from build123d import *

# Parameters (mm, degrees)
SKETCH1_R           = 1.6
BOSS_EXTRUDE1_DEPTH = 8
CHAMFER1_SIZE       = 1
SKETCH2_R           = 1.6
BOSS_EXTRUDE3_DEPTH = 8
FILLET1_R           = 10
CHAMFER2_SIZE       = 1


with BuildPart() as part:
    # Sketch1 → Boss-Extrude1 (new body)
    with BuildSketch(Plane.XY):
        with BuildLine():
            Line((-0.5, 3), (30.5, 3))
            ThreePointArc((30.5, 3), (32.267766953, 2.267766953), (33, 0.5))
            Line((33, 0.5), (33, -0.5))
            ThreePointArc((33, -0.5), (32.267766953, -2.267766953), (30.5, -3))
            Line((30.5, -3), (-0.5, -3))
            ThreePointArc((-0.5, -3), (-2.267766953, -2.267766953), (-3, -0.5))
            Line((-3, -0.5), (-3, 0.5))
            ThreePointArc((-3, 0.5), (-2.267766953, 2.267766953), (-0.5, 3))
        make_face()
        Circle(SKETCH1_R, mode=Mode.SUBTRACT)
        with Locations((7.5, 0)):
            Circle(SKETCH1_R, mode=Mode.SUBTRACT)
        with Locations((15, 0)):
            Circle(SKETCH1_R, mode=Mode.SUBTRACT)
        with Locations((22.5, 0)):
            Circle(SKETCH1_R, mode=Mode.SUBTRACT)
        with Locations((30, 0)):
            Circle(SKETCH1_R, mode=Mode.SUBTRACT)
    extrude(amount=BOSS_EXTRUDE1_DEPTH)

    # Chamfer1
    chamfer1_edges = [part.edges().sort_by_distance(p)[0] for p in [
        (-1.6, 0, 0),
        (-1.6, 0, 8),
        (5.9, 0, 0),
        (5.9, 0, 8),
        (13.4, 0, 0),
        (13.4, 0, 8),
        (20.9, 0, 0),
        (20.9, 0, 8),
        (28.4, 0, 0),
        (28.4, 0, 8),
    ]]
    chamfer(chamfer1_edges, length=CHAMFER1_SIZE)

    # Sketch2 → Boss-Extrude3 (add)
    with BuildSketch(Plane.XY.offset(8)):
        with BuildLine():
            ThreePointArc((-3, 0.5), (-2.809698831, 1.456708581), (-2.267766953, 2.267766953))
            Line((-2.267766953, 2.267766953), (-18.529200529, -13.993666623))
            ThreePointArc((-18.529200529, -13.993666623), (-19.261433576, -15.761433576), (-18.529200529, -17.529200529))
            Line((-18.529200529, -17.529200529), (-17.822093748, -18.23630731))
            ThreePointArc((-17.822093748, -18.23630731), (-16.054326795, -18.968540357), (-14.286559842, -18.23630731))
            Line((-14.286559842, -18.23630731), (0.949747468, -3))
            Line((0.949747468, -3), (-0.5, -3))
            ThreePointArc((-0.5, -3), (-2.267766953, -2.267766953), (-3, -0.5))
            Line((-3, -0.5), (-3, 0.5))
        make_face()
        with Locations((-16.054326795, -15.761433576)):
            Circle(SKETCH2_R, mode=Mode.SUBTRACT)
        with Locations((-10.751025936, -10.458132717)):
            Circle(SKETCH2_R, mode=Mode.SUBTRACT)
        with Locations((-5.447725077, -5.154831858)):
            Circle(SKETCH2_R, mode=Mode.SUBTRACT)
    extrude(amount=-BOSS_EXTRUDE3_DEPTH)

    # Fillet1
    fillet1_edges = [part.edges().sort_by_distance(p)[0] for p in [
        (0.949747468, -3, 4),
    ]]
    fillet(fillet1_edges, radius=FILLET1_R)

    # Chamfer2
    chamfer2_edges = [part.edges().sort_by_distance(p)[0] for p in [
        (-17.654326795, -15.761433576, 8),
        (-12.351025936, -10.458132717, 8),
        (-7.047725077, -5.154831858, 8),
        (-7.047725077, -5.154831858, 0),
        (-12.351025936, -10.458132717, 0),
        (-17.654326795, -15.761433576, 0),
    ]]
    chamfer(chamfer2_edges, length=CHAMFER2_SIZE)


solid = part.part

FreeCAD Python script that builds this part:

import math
import FreeCAD as App
import Part
import Sketcher
Q = App.Units.Quantity


def edges_at(feature, points):
    """Names of the edges that pass closest to the given points."""
    edges = feature.Shape.Edges
    near = lambda p: min(range(len(edges)), key=lambda i: edges[i].distToShape(Part.Vertex(*p))[0])
    return sorted({f"Edge{near(p) + 1}" for p in points})

doc = App.newDocument("Part")
params = doc.addObject("Spreadsheet::Sheet", "Params")
for row, (alias, value) in enumerate([
    ("sketch1_diameter", "3.2 mm"),
    ("sketch1_radius", "2.5 mm"),
    ("sketch1_width", "31 mm"),
    ("sketch1_height", "1 mm"),
    ("pad1_length", "8 mm"),
    ("chamfer_size", "1 mm"),
    ("sketch2_diameter", "3.2 mm"),
    ("sketch2_radius", "2.5 mm"),
    ("sketch2_height", "1 mm"),
    ("sketch2_length", "1 mm"),
    ("pad2_length", "8 mm"),
    ("fillet_radius", "10 mm"),
    ("chamfer2_size", "1 mm"),
], start=1):
    params.set(f"A{row}", alias)
    params.set(f"B{row}", "=" + value)
    params.setAlias(f"B{row}", alias)

body = doc.addObject("PartDesign::Body", "Body")

sketch1 = body.newObject("Sketcher::SketchObject", "Sketch")
sketch1.AttachmentSupport = (doc.getObject("XY_Plane"), [""])
sketch1.MapMode = "FlatFace"
sketch1.addGeometry([
    Part.LineSegment(App.Vector(30.5, 3, 0), App.Vector(-0.5, 3, 0)),
    Part.ArcOfCircle(Part.Circle(App.Vector(-0.5, 0.5, 0), App.Vector(0, 0, 1), 2.5), math.radians(90), math.radians(180)),
    Part.LineSegment(App.Vector(-3, 0.5, 0), App.Vector(-3, -0.5, 0)),
    Part.ArcOfCircle(Part.Circle(App.Vector(-0.5, -0.5, 0), App.Vector(0, 0, 1), 2.5), math.radians(180), math.radians(270)),
    Part.LineSegment(App.Vector(-0.5, -3, 0), App.Vector(30.5, -3, 0)),
    Part.ArcOfCircle(Part.Circle(App.Vector(30.5, -0.5, 0), App.Vector(0, 0, 1), 2.5), math.radians(-90), math.radians(0)),
    Part.LineSegment(App.Vector(33, -0.5, 0), App.Vector(33, 0.5, 0)),
    Part.ArcOfCircle(Part.Circle(App.Vector(30.5, 0.5, 0), App.Vector(0, 0, 1), 2.5), math.radians(0), math.radians(90)),
    Part.Circle(App.Vector(30, 0, 0), App.Vector(0, 0, 1), 1.6),
    Part.Circle(App.Vector(22.5, 0, 0), App.Vector(0, 0, 1), 1.6),
    Part.Circle(App.Vector(15, 0, 0), App.Vector(0, 0, 1), 1.6),
    Part.Circle(App.Vector(7.5, 0, 0), App.Vector(0, 0, 1), 1.6),
    Part.Circle(App.Vector(0, 0, 0), App.Vector(0, 0, 1), 1.6),
], False)
sketch1.addConstraint([
    Sketcher.Constraint("Tangent", 0, 2, 1, 1),
    Sketcher.Constraint("Tangent", 1, 2, 2, 1),
    Sketcher.Constraint("Tangent", 2, 2, 3, 1),
    Sketcher.Constraint("Tangent", 3, 2, 4, 1),
    Sketcher.Constraint("Tangent", 4, 2, 5, 1),
    Sketcher.Constraint("Tangent", 5, 2, 6, 1),
    Sketcher.Constraint("Tangent", 6, 2, 7, 1),
    Sketcher.Constraint("Tangent", 7, 2, 0, 1),
    Sketcher.Constraint("Horizontal", 0),
    Sketcher.Constraint("Vertical", 2),
    Sketcher.Constraint("Horizontal", 4),
    Sketcher.Constraint("Vertical", 6),
    Sketcher.Constraint("Coincident", 12, 3, -1, 1),
    Sketcher.Constraint("Equal", 1, 3),
    Sketcher.Constraint("Equal", 3, 5),
    Sketcher.Constraint("Equal", 5, 7),
    Sketcher.Constraint("Equal", 8, 9),
    Sketcher.Constraint("Equal", 9, 10),
    Sketcher.Constraint("Equal", 10, 11),
    Sketcher.Constraint("Equal", 11, 12),
    Sketcher.Constraint("PointOnObject", 8, 3, -1),
    Sketcher.Constraint("PointOnObject", 9, 3, -1),
    Sketcher.Constraint("PointOnObject", 10, 3, -1),
    Sketcher.Constraint("PointOnObject", 11, 3, -1),
    Sketcher.Constraint("Diameter", 8, Q("3.2 mm")),
    Sketcher.Constraint("Radius", 1, Q("2.5 mm")),
    Sketcher.Constraint("DistanceX", 0, 2, 0, 1, Q("31 mm")),
    Sketcher.Constraint("DistanceY", 2, 2, 2, 1, Q("1 mm")),
    Sketcher.Constraint("DistanceX", -1, 1, 8, 3, Q("30 mm")),
    Sketcher.Constraint("DistanceX", -1, 1, 10, 3, Q("15 mm")),
    Sketcher.Constraint("DistanceY", -1, 1, 0, 2, Q("3 mm")),
    Sketcher.Constraint("DistanceX", 1, 2, -1, 1, Q("3 mm")),
    Sketcher.Constraint("DistanceX", 9, 3, 5, 3, Q("8 mm")),
    Sketcher.Constraint("DistanceX", 1, 3, 11, 3, Q("8 mm")),
])
sketch1.setExpression("Constraints[24]", "Params.sketch1_diameter")
sketch1.setExpression("Constraints[25]", "Params.sketch1_radius")
sketch1.setExpression("Constraints[26]", "Params.sketch1_width")
sketch1.setExpression("Constraints[27]", "Params.sketch1_height")
pad1 = body.newObject("PartDesign::Pad", "Pad")
pad1.Profile = sketch1
pad1.setExpression("Length", "Params.pad1_length")
doc.recompute()

chamfer = body.newObject("PartDesign::Chamfer", "Chamfer")
chamfer.Base = (pad1, edges_at(pad1, [
    (-1.6, 0, 0),
    (-1.6, 0, 8),
    (5.9, 0, 0),
    (5.9, 0, 8),
    (13.4, 0, 0),
    (13.4, 0, 8),
    (20.9, 0, 0),
    (20.9, 0, 8),
    (28.4, 0, 0),
    (28.4, 0, 8),
]))
chamfer.setExpression("Size", "Params.chamfer_size")

sketch2 = body.newObject("Sketcher::SketchObject", "Sketch001")
sketch2.AttachmentSupport = (doc.getObject("XY_Plane"), [""])
sketch2.MapMode = "FlatFace"
sketch2.AttachmentOffset = App.Placement(App.Vector(0, 0, 8), App.Rotation())
sketch2.addGeometry([
    Part.ArcOfCircle(Part.Circle(App.Vector(-0.5, 0.5, 0), App.Vector(0, 0, 1), 2.5), math.radians(135), math.radians(180)),
    Part.LineSegment(App.Vector(-2.3, 2.3, 0), App.Vector(-18.5, -14, 0)),
    Part.ArcOfCircle(Part.Circle(App.Vector(-16.8, -15.8, 0), App.Vector(0, 0, 1), 2.5), math.radians(135), math.radians(225)),
    Part.LineSegment(App.Vector(-18.5, -17.5, 0), App.Vector(-17.8, -18.2, 0)),
    Part.ArcOfCircle(Part.Circle(App.Vector(-16.1, -16.5, 0), App.Vector(0, 0, 1), 2.5), math.radians(-135), math.radians(-45)),
    Part.LineSegment(App.Vector(-14.3, -18.2, 0), App.Vector(0.9, -3, 0)),
    Part.LineSegment(App.Vector(0.9, -3, 0), App.Vector(-0.5, -3, 0)),
    Part.ArcOfCircle(Part.Circle(App.Vector(-0.5, -0.5, 0), App.Vector(0, 0, 1), 2.5), math.radians(180), math.radians(270)),
    Part.LineSegment(App.Vector(-3, -0.5, 0), App.Vector(-3, 0.5, 0)),
    Part.Circle(App.Vector(-16.1, -15.8, 0), App.Vector(0, 0, 1), 1.6),
    Part.Circle(App.Vector(-10.8, -10.5, 0), App.Vector(0, 0, 1), 1.6),
    Part.Circle(App.Vector(-5.4, -5.2, 0), App.Vector(0, 0, 1), 1.6),
], False)
sketch2.addConstraint([
    Sketcher.Constraint("Tangent", 0, 1, 1, 1),
    Sketcher.Constraint("Tangent", 1, 2, 2, 1),
    Sketcher.Constraint("Tangent", 2, 2, 3, 1),
    Sketcher.Constraint("Tangent", 3, 2, 4, 1),
    Sketcher.Constraint("Tangent", 4, 2, 5, 1),
    Sketcher.Constraint("Coincident", 5, 2, 6, 1),
    Sketcher.Constraint("Tangent", 6, 2, 7, 2),
    Sketcher.Constraint("Tangent", 7, 1, 8, 1),
    Sketcher.Constraint("Tangent", 8, 2, 0, 2),
    Sketcher.Constraint("Horizontal", 6),
    Sketcher.Constraint("Vertical", 8),
    Sketcher.Constraint("Equal", 0, 2),
    Sketcher.Constraint("Equal", 2, 4),
    Sketcher.Constraint("Equal", 4, 7),
    Sketcher.Constraint("Equal", 9, 10),
    Sketcher.Constraint("Equal", 10, 11),
    Sketcher.Constraint("Perpendicular", 1, 3),
    Sketcher.Constraint("Perpendicular", 3, 5),
    Sketcher.Constraint("Horizontal", 2, 3, 9, 3),
    Sketcher.Constraint("Horizontal", 3, 2, 4, 2),
    Sketcher.Constraint("Vertical", 4, 3, 9, 3),
    Sketcher.Constraint("Diameter", 9, Q("3.2 mm")),
    Sketcher.Constraint("Radius", 0, Q("2.5 mm")),
    Sketcher.Constraint("DistanceY", 8, 1, 8, 2, Q("1 mm")),
    Sketcher.Constraint("Distance", 3, Q("1 mm")),
    Sketcher.Constraint("DistanceY", 5, 2, -1, 1, Q("3 mm")),
    Sketcher.Constraint("DistanceX", 7, 1, -1, 1, Q("3 mm")),
    Sketcher.Constraint("DistanceX", 1, 2, -1, 1, Q("18.529201 mm")),
    Sketcher.Constraint("DistanceX", 9, 3, 10, 3, Q("5.303301 mm")),
    Sketcher.Constraint("DistanceY", 9, 3, 10, 3, Q("5.303301 mm")),
    Sketcher.Constraint("DistanceX", 10, 3, 11, 3, Q("5.303301 mm")),
    Sketcher.Constraint("DistanceY", 10, 3, 11, 3, Q("5.303301 mm")),
])
sketch2.setExpression("Constraints[21]", "Params.sketch2_diameter")
sketch2.setExpression("Constraints[22]", "Params.sketch2_radius")
sketch2.setExpression("Constraints[23]", "Params.sketch2_height")
sketch2.setExpression("Constraints[24]", "Params.sketch2_length")
pad2 = body.newObject("PartDesign::Pad", "Pad001")
pad2.Profile = sketch2
pad2.setExpression("Length", "Params.pad2_length")
pad2.Reversed = True
doc.recompute()

fillet = body.newObject("PartDesign::Fillet", "Fillet")
fillet.Base = (pad2, edges_at(pad2, [(0.95, -3, 4)]))
fillet.setExpression("Radius", "Params.fillet_radius")
doc.recompute()

chamfer2 = body.newObject("PartDesign::Chamfer", "Chamfer001")
chamfer2.Base = (fillet, edges_at(fillet, [
    (-17.654, -15.761, 8),
    (-12.351, -10.458, 8),
    (-7.048, -5.155, 8),
    (-7.048, -5.155, 0),
    (-12.351, -10.458, 0),
    (-17.654, -15.761, 0),
]))
chamfer2.setExpression("Size", "Params.chamfer2_size")

doc.recompute()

☆ ☆ ☆

TASK TO CARRY OUT:
Copy exactly the lines above, starting at the opening line and finishing at the line in which "-17.529200529), (-17.822093748, -18.23630731))" occurs.

ANSWER BELOW:
from build123d import *

# Parameters (mm, degrees)
SKETCH1_R           = 1.6
BOSS_EXTRUDE1_DEPTH = 8
CHAMFER1_SIZE       = 1
SKETCH2_R           = 1.6
BOSS_EXTRUDE3_DEPTH = 8
FILLET1_R           = 10
CHAMFER2_SIZE       = 1


with BuildPart() as part:
    # Sketch1 → Boss-Extrude1 (new body)
    with BuildSketch(Plane.XY):
        with BuildLine():
            Line((-0.5, 3), (30.5, 3))
            ThreePointArc((30.5, 3), (32.267766953, 2.267766953), (33, 0.5))
            Line((33, 0.5), (33, -0.5))
            ThreePointArc((33, -0.5), (32.267766953, -2.267766953), (30.5, -3))
            Line((30.5, -3), (-0.5, -3))
            ThreePointArc((-0.5, -3), (-2.267766953, -2.267766953), (-3, -0.5))
            Line((-3, -0.5), (-3, 0.5))
            ThreePointArc((-3, 0.5), (-2.267766953, 2.267766953), (-0.5, 3))
        make_face()
        Circle(SKETCH1_R, mode=Mode.SUBTRACT)
        with Locations((7.5, 0)):
            Circle(SKETCH1_R, mode=Mode.SUBTRACT)
        with Locations((15, 0)):
            Circle(SKETCH1_R, mode=Mode.SUBTRACT)
        with Locations((22.5, 0)):
            Circle(SKETCH1_R, mode=Mode.SUBTRACT)
        with Locations((30, 0)):
            Circle(SKETCH1_R, mode=Mode.SUBTRACT)
    extrude(amount=BOSS_EXTRUDE1_DEPTH)

    # Chamfer1
    chamfer1_edges = [part.edges().sort_by_distance(p)[0] for p in [
        (-1.6, 0, 0),
        (-1.6, 0, 8),
        (5.9, 0, 0),
        (5.9, 0, 8),
        (13.4, 0, 0),
        (13.4, 0, 8),
        (20.9, 0, 0),
        (20.9, 0, 8),
        (28.4, 0, 0),
        (28.4, 0, 8),
    ]]
    chamfer(chamfer1_edges, length=CHAMFER1_SIZE)

    # Sketch2 → Boss-Extrude3 (add)
    with BuildSketch(Plane.XY.offset(8)):
        with BuildLine():
            ThreePointArc((-3, 0.5), (-2.809698831, 1.456708581), (-2.267766953, 2.267766953))
            Line((-2.267766953, 2.267766953), (-18.529200529, -13.993666623))
            ThreePointArc((-18.529200529, -13.993666623), (-19.261433576, -15.761433576), (-18.529200529, -17.529200529))
            Line((-18.529200529, -17.529200529), (-17.822093748, -18.23630731))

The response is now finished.